For the data below, restate word for word only the lines from the line containing "#241=ADVANCED_FACE('',(#237),#240,.F.);" through the line containing "#282=ADVANCED_FACE('',(#279),#281,.F.);", both ends included.

· · · · ·

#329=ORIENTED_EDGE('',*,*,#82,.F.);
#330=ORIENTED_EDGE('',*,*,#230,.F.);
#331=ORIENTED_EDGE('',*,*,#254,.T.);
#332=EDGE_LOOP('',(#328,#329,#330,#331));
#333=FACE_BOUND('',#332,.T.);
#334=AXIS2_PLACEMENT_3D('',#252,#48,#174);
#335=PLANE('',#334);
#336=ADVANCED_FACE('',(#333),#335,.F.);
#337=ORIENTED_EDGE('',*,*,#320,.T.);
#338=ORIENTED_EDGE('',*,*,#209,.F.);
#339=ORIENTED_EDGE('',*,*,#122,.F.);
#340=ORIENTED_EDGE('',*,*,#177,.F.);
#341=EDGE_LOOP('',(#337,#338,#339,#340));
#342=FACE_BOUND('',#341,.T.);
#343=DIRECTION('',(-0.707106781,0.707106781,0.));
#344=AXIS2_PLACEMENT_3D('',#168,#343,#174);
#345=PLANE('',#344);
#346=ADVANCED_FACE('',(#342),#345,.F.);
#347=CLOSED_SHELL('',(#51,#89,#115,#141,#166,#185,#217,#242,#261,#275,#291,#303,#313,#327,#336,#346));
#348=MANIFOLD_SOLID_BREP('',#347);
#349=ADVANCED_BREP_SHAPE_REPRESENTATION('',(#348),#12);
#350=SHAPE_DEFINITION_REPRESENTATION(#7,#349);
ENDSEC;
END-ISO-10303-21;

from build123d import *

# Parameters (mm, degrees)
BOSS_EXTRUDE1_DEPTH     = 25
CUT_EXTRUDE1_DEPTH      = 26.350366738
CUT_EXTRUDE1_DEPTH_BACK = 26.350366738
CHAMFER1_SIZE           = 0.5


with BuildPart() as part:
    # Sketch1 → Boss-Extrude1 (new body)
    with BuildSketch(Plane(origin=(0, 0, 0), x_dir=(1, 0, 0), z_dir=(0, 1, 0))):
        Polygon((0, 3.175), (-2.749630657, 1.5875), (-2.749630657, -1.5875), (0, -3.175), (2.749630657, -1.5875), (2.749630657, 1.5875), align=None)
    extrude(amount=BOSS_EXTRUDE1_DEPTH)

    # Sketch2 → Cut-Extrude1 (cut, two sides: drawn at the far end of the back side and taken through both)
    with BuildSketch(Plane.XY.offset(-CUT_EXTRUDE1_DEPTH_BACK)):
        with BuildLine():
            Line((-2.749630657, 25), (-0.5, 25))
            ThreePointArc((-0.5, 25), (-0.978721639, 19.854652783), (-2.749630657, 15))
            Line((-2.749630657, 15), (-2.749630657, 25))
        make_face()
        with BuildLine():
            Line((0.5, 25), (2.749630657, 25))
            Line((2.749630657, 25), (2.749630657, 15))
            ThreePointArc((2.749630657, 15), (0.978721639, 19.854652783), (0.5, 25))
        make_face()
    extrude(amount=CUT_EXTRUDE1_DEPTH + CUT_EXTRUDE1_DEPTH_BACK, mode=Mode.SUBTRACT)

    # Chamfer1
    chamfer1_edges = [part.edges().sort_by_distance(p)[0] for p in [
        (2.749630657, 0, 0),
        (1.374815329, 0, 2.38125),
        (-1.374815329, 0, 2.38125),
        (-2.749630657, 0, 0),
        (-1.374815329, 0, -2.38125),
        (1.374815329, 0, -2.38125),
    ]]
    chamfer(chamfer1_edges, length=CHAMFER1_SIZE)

· · · · ·

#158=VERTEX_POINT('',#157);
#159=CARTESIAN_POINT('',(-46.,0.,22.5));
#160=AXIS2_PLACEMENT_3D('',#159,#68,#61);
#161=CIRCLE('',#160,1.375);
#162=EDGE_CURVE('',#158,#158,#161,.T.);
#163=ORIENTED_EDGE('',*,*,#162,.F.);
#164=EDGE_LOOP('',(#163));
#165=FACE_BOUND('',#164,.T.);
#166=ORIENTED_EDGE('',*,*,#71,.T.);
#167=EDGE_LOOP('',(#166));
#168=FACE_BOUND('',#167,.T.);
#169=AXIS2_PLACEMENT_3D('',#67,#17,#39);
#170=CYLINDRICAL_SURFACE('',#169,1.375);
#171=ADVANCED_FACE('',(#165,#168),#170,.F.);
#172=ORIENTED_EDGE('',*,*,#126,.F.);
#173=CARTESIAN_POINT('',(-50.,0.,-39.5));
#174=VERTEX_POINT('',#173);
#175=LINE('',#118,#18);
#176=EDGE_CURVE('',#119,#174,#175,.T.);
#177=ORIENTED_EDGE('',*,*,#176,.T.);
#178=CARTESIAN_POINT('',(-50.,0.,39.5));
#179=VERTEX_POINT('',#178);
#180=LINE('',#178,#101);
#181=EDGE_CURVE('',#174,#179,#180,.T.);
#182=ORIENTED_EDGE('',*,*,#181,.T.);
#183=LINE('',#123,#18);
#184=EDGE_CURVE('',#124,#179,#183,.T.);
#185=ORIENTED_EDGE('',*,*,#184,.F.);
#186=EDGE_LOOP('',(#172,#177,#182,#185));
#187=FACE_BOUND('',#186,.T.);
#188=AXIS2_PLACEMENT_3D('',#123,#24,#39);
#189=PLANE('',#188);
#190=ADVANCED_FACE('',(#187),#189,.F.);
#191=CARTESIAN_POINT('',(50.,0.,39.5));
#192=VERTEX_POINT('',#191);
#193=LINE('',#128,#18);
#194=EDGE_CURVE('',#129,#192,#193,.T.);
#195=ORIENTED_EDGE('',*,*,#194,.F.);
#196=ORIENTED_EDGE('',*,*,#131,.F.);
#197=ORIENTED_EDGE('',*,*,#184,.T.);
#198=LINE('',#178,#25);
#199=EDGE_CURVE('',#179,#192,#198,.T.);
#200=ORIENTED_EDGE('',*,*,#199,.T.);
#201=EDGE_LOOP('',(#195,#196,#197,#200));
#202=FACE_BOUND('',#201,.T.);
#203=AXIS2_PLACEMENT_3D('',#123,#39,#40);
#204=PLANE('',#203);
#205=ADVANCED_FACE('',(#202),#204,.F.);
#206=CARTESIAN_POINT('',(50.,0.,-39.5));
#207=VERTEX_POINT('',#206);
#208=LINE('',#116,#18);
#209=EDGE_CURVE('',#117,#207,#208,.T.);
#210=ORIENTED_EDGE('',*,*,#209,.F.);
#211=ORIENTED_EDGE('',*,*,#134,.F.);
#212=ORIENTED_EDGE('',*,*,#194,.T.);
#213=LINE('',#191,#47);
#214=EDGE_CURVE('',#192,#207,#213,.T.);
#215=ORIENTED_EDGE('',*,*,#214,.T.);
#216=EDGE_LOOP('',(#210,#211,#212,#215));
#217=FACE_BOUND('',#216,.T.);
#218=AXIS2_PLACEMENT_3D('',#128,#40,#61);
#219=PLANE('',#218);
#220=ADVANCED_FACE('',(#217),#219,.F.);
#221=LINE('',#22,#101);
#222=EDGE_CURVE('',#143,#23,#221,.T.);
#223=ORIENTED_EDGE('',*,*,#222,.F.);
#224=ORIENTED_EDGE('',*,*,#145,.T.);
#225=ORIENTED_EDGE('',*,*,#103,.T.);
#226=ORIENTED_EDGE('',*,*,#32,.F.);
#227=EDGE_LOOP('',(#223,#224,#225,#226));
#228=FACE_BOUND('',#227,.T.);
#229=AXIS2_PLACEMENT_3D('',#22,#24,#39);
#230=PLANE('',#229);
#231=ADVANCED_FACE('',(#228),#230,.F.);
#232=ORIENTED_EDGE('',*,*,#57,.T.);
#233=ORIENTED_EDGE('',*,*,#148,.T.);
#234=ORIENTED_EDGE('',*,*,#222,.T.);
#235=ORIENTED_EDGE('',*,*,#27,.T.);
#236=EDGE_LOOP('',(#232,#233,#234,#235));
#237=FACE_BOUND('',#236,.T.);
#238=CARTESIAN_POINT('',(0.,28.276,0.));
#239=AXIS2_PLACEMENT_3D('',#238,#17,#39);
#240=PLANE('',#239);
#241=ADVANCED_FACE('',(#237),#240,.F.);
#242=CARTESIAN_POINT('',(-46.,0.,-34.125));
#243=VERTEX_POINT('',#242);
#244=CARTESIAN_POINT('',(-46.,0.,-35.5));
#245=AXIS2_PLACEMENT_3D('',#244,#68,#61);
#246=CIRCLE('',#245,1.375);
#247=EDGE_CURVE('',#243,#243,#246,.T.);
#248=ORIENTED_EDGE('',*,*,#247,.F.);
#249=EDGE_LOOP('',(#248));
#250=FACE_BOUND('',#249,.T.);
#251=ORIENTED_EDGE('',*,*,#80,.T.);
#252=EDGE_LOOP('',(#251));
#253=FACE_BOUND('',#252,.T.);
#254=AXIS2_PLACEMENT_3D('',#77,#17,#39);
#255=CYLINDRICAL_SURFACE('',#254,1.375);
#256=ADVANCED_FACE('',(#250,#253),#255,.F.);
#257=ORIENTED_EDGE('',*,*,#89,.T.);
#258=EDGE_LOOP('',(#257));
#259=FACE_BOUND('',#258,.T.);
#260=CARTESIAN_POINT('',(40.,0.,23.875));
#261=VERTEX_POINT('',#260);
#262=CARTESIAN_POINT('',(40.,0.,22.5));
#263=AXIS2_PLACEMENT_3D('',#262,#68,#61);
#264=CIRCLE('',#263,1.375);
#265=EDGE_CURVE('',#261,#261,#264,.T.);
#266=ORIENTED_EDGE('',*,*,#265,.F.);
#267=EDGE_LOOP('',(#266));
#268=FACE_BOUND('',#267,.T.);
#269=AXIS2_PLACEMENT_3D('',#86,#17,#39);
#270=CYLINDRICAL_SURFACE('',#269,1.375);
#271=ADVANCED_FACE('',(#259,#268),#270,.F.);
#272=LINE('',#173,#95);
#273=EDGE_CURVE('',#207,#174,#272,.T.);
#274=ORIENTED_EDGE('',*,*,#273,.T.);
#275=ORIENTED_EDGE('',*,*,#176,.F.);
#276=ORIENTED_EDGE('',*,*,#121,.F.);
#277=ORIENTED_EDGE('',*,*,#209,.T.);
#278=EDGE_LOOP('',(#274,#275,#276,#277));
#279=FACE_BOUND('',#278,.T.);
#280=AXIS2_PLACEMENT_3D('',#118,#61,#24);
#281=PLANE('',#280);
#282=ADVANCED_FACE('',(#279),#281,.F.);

· · · · ·

### Result
#241=ADVANCED_FACE('',(#237),#240,.F.);
#242=CARTESIAN_POINT('',(-46.,0.,-34.125));
#243=VERTEX_POINT('',#242);
#244=CARTESIAN_POINT('',(-46.,0.,-35.5));
#245=AXIS2_PLACEMENT_3D('',#244,#68,#61);
#246=CIRCLE('',#245,1.375);
#247=EDGE_CURVE('',#243,#243,#246,.T.);
#248=ORIENTED_EDGE('',*,*,#247,.F.);
#249=EDGE_LOOP('',(#248));
#250=FACE_BOUND('',#249,.T.);
#251=ORIENTED_EDGE('',*,*,#80,.T.);
#252=EDGE_LOOP('',(#251));
#253=FACE_BOUND('',#252,.T.);
#254=AXIS2_PLACEMENT_3D('',#77,#17,#39);
#255=CYLINDRICAL_SURFACE('',#254,1.375);
#256=ADVANCED_FACE('',(#250,#253),#255,.F.);
#257=ORIENTED_EDGE('',*,*,#89,.T.);
#258=EDGE_LOOP('',(#257));
#259=FACE_BOUND('',#258,.T.);
#260=CARTESIAN_POINT('',(40.,0.,23.875));
#261=VERTEX_POINT('',#260);
#262=CARTESIAN_POINT('',(40.,0.,22.5));
#263=AXIS2_PLACEMENT_3D('',#262,#68,#61);
#264=CIRCLE('',#263,1.375);
#265=EDGE_CURVE('',#261,#261,#264,.T.);
#266=ORIENTED_EDGE('',*,*,#265,.F.);
#267=EDGE_LOOP('',(#266));
#268=FACE_BOUND('',#267,.T.);
#269=AXIS2_PLACEMENT_3D('',#86,#17,#39);
#270=CYLINDRICAL_SURFACE('',#269,1.375);
#271=ADVANCED_FACE('',(#259,#268),#270,.F.);
#272=LINE('',#173,#95);
#273=EDGE_CURVE('',#207,#174,#272,.T.);
#274=ORIENTED_EDGE('',*,*,#273,.T.);
#275=ORIENTED_EDGE('',*,*,#176,.F.);
#276=ORIENTED_EDGE('',*,*,#121,.F.);
#277=ORIENTED_EDGE('',*,*,#209,.T.);
#278=EDGE_LOOP('',(#274,#275,#276,#277));
#279=FACE_BOUND('',#278,.T.);
#280=AXIS2_PLACEMENT_3D('',#118,#61,#24);
#281=PLANE('',#280);
#282=ADVANCED_FACE('',(#279),#281,.F.);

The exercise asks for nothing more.